• [WORK REQUEST] One number is the whole answer: the tally of lines in the records below that contain "with".

• [EXTRACTED ENTRIES]

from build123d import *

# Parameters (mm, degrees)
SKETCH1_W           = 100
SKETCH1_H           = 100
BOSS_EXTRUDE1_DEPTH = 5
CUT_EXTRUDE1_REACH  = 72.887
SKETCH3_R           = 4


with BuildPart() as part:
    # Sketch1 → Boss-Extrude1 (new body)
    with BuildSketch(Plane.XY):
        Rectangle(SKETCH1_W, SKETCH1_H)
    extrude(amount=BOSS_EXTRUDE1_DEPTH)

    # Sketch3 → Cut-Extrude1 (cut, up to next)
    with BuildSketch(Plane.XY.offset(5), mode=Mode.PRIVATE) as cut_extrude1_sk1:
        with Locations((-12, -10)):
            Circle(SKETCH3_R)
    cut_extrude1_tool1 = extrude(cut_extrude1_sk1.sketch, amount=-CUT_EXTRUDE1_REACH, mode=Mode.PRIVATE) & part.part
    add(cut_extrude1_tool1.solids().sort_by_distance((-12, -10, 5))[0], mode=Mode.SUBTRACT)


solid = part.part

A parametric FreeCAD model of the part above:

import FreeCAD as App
import Part
import Sketcher

V = App.Vector


def add_polygon(sketch, points):
    """Adds a closed chain of lines whose ends are joined by coincident constraints."""
    first, n = sketch.GeometryCount, len(points)
    for a, b in zip(points, points[1:] + points[:1]):
        sketch.addGeometry(Part.LineSegment(App.Vector(*a, 0), App.Vector(*b, 0)), False)
    for i in range(n):
        sketch.addConstraint(Sketcher.Constraint("Coincident", first + i, 2, first + (i + 1) % n, 1))

doc = App.newDocument("Part")
body = doc.addObject("PartDesign::Body", "Body")

# Sketch on XY plane
sketch1 = doc.addObject("Sketcher::SketchObject", "Sketch")
body.addObject(sketch1)
sketch1.AttachmentSupport = (doc.XY_Plane, [""])
sketch1.MapMode = "FlatFace"
add_polygon(sketch1, [(-50, 50), (-50, -50), (50, -50), (50, 50)])  # lines 0-3
sketch1.addConstraint([
    Sketcher.Constraint("Vertical", 0),
    Sketcher.Constraint("Horizontal", 1),
    Sketcher.Constraint("Vertical", 2),
    Sketcher.Constraint("Horizontal", 3),
    Sketcher.Constraint("Symmetric", 0, 2, 2, 2, -1, 1),
    Sketcher.Constraint("Equal", 3, 0),
    Sketcher.Constraint("DistanceX", 1, 1, 1, 2, 100.0),
])
pad1 = doc.addObject("PartDesign::Pad", "Pad")
body.addObject(pad1)
pad1.Profile = sketch1
pad1.Length = 5

# Sketch on XY plane
sketch2 = doc.addObject("Sketcher::SketchObject", "Sketch001")
body.addObject(sketch2)
sketch2.AttachmentSupport = (doc.XY_Plane, [""])
sketch2.MapMode = "FlatFace"
sketch2.AttachmentOffset = App.Placement(V(0, 0, 5), App.Rotation())
sketch2.addGeometry(Part.Circle(V(-12, -10, 0), V(0, 0, 1), 4), False)
sketch2.addConstraint([
    Sketcher.Constraint("Diameter", 0, 8.0),
    Sketcher.Constraint("DistanceX", 0, 3, -1, 1, 12.0),
    Sketcher.Constraint("DistanceY", 0, 3, -1, 1, 10.0),
])
pocket1 = doc.addObject("PartDesign::Pocket", "Pocket")
body.addObject(pocket1)
pocket1.Profile = sketch2
pocket1.Type = "UpToFirst"

doc.recompute()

• [OUTPUT FOR THIS EXERCISE] 4